宋鹤眠沉溺在这突如其来的温存里,丝毫没有察觉到怀中人的变化。
他只觉得怀中的身躯比白日里更加纤细柔软,那股若有若无的药香,比脂粉香更让他心悸。
他的手掌顺着她的脊背缓缓下滑,指尖的触感细腻光滑,与昨夜的记忆渐渐重合。
江伶月闭着眼,强忍着心头的屈辱与算计,抬手勾住他的脖颈,声音刻意压低,带着几分沙哑的柔媚,与白日里的清亮判若两人:“公子”
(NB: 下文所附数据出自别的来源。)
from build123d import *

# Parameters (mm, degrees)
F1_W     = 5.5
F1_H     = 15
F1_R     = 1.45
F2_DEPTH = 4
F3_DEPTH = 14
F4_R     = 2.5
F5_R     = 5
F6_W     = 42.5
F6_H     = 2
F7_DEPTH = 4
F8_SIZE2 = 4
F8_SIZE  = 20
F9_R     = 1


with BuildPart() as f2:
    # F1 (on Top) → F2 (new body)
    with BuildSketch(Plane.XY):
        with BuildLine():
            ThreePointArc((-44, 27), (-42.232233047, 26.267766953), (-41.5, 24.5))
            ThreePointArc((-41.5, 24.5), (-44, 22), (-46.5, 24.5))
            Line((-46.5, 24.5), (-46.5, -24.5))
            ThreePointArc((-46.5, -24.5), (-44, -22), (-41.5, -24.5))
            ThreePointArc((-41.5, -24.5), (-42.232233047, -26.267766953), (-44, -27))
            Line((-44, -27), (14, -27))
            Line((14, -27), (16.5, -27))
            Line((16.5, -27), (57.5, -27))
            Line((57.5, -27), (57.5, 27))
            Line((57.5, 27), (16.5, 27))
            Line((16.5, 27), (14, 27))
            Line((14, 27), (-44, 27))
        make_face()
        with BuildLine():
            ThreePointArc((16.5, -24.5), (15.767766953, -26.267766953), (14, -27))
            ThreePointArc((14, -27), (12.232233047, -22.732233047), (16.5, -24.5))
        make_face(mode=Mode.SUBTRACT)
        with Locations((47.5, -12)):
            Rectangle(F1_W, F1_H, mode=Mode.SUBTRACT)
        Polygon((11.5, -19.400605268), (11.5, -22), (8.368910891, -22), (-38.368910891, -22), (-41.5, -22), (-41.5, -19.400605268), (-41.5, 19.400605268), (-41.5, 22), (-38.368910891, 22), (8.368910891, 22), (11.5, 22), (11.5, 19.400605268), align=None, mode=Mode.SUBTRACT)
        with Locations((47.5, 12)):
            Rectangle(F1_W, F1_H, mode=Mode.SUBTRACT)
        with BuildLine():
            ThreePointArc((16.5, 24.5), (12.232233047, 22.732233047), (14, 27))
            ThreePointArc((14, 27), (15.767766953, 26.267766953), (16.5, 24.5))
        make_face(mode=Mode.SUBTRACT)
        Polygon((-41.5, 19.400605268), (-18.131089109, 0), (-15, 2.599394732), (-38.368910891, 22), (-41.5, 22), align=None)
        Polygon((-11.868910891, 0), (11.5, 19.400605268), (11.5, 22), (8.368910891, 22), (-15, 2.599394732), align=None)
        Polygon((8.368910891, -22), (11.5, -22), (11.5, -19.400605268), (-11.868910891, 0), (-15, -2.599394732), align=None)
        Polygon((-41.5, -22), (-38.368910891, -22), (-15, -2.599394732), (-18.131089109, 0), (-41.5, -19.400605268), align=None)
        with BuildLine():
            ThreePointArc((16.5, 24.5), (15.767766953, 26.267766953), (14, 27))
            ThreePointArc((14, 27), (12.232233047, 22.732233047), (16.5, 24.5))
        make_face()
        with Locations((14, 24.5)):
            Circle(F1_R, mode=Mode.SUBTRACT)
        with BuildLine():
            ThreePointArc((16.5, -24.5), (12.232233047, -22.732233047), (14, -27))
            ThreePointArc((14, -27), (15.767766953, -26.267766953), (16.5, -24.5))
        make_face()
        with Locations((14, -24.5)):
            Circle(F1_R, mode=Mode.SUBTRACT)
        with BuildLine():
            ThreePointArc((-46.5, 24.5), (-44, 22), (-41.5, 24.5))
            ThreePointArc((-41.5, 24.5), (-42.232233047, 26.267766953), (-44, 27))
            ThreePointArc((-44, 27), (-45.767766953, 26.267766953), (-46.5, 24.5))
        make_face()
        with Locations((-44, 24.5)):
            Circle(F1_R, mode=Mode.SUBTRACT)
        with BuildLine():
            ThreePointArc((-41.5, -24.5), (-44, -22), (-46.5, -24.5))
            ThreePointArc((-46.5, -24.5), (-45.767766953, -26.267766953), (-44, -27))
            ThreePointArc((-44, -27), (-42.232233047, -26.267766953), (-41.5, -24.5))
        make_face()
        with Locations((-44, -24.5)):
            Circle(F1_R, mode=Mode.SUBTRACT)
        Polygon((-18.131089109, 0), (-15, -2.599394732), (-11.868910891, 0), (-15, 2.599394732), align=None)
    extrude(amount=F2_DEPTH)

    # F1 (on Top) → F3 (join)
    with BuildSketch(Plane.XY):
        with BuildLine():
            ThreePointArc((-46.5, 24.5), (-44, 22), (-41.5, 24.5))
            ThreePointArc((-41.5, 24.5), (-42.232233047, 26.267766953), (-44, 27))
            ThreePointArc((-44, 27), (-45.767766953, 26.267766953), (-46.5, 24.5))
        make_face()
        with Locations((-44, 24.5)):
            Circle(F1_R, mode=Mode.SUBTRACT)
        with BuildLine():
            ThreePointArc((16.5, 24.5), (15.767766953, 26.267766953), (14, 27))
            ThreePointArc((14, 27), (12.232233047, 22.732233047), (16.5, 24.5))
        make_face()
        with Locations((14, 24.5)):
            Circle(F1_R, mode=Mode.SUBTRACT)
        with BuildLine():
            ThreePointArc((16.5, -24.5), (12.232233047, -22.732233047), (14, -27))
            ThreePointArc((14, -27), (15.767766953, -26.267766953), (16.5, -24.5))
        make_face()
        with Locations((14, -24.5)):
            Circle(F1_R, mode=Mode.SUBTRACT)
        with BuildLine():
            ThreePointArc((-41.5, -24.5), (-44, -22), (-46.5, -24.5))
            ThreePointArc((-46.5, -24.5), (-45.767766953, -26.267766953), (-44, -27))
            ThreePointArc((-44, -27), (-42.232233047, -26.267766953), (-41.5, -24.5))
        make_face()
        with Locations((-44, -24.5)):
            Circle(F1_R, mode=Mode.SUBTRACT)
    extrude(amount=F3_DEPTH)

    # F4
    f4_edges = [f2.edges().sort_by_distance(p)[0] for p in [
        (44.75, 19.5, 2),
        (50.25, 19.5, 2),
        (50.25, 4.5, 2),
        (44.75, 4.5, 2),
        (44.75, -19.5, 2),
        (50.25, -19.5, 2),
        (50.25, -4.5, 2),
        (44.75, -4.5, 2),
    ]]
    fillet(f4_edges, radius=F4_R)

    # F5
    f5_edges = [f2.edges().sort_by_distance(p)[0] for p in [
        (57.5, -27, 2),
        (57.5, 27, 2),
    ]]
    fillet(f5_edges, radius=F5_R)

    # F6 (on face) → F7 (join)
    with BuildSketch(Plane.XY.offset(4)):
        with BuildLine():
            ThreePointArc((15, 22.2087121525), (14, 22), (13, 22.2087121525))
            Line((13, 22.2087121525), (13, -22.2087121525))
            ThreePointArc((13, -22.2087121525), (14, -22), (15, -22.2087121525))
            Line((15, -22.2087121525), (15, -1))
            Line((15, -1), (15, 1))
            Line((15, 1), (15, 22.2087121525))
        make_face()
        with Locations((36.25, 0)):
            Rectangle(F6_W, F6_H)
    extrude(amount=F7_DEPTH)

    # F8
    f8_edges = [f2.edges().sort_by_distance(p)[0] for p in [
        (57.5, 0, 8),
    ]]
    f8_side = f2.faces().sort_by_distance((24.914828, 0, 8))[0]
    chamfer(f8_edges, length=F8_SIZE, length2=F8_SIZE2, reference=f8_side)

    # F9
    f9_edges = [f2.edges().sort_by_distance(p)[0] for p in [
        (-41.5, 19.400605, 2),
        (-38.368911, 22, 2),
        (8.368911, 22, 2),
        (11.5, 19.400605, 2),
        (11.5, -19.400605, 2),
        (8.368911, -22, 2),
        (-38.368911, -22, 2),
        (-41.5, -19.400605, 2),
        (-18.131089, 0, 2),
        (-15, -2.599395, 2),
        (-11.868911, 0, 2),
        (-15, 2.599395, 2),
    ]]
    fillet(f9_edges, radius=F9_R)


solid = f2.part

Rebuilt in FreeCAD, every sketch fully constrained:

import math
import FreeCAD as App
import Part
import Sketcher
from FreeCAD import Vector
Q = App.Units.Quantity


def edges_at(feature, points):
    """Names of the edges that pass closest to the given points."""
    edges = feature.Shape.Edges
    near = lambda p: min(range(len(edges)), key=lambda i: edges[i].distToShape(Part.Vertex(*p))[0])
    return sorted({f"Edge{near(p) + 1}" for p in points})

doc = App.newDocument("Part")
body = doc.addObject("PartDesign::Body", "Body")

# Sketch on XY plane
sketch1 = body.newObject("Sketcher::SketchObject", "Sketch")
sketch1.AttachmentSupport = (doc.getObject("XY_Plane"), [""])
sketch1.MapMode = "FlatFace"
sketch1.addGeometry(Part.LineSegment(Vector(-44, -27, 0), Vector(57.5, -27, 0)), False)
sketch1.addGeometry(Part.LineSegment(Vector(57.5, -27, 0), Vector(57.5, 27, 0)), False)
sketch1.addGeometry(Part.LineSegment(Vector(57.5, 27, 0), Vector(-44, 27, 0)), False)
sketch1.addGeometry(Part.ArcOfCircle(Part.Circle(Vector(-44, 24.5, 0), Vector(0, 0, 1), 2.5), math.radians(90), math.radians(180)), False)
sketch1.addGeometry(Part.LineSegment(Vector(-46.5, 24.5, 0), Vector(-46.5, -24.5, 0)), False)
sketch1.addGeometry(Part.ArcOfCircle(Part.Circle(Vector(-44, -24.5, 0), Vector(0, 0, 1), 2.5), math.radians(180), math.radians(270)), False)
sketch1.addGeometry(Part.Circle(Vector(-44, -24.5, 0), Vector(0, 0, 1), 1.4), False)
sketch1.addGeometry(Part.LineSegment(Vector(8.4, -22, 0), Vector(-38.4, -22, 0)), False)
sketch1.addGeometry(Part.LineSegment(Vector(-38.4, -22, 0), Vector(-15, -2.6, 0)), False)
sketch1.addGeometry(Part.LineSegment(Vector(-15, -2.6, 0), Vector(8.4, -22, 0)), False)
sketch1.addGeometry(Part.Circle(Vector(14, -24.5, 0), Vector(0, 0, 1), 1.4), False)
sketch1.addGeometry(Part.LineSegment(Vector(50.2, -19.5, 0), Vector(44.8, -19.5, 0)), False)
sketch1.addGeometry(Part.LineSegment(Vector(44.8, -19.5, 0), Vector(44.8, -4.5, 0)), False)
sketch1.addGeometry(Part.LineSegment(Vector(44.8, -4.5, 0), Vector(50.2, -4.5, 0)), False)
sketch1.addGeometry(Part.LineSegment(Vector(50.2, -4.5, 0), Vector(50.2, -19.5, 0)), False)
sketch1.addGeometry(Part.LineSegment(Vector(-41.5, 19.4, 0), Vector(-18.1, 0, 0)), False)
sketch1.addGeometry(Part.LineSegment(Vector(-18.1, 0, 0), Vector(-41.5, -19.4, 0)), False)
sketch1.addGeometry(Part.LineSegment(Vector(-41.5, -19.4, 0), Vector(-41.5, 19.4, 0)), False)
sketch1.addGeometry(Part.LineSegment(Vector(11.5, -19.4, 0), Vector(-11.9, 0, 0)), False)
sketch1.addGeometry(Part.LineSegment(Vector(-11.9, 0, 0), Vector(11.5, 19.4, 0)), False)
这一声轻唤,彻底点燃了宋鹤眠的理智,他低头,循着那抹药香,吻上了她的唇。
窗外的残月隐入云层,夜色深沉如墨。
满室旖旎,无人知晓这场暗夜的偷换,江伶月紧紧攥着拳,指甲深深嵌入掌心,疼痛让她保持着最后一丝清醒。
她知道,这是一场豪赌,赌宋鹤眠不会察觉,赌自己能借着这场云雨,怀上一个孩子。
这个孩子,是她在秦王府立足的根本,是她对抗宋瑜白冷落的武器,更是她日后翻盘的筹码。
一夜贪欢,转瞬即逝。
天边泛起鱼肚白时,江伶月率先睁开了眼,身旁的宋鹤眠睡得深沉,墨发凌乱地散落在枕上,俊美的眉眼在晨光中柔和了几分。她小心翼翼地抽出被他攥着的手,动作轻柔地起身,拢好凌乱的衣衫,借着熹微的晨光,悄无声息地走出了卧房。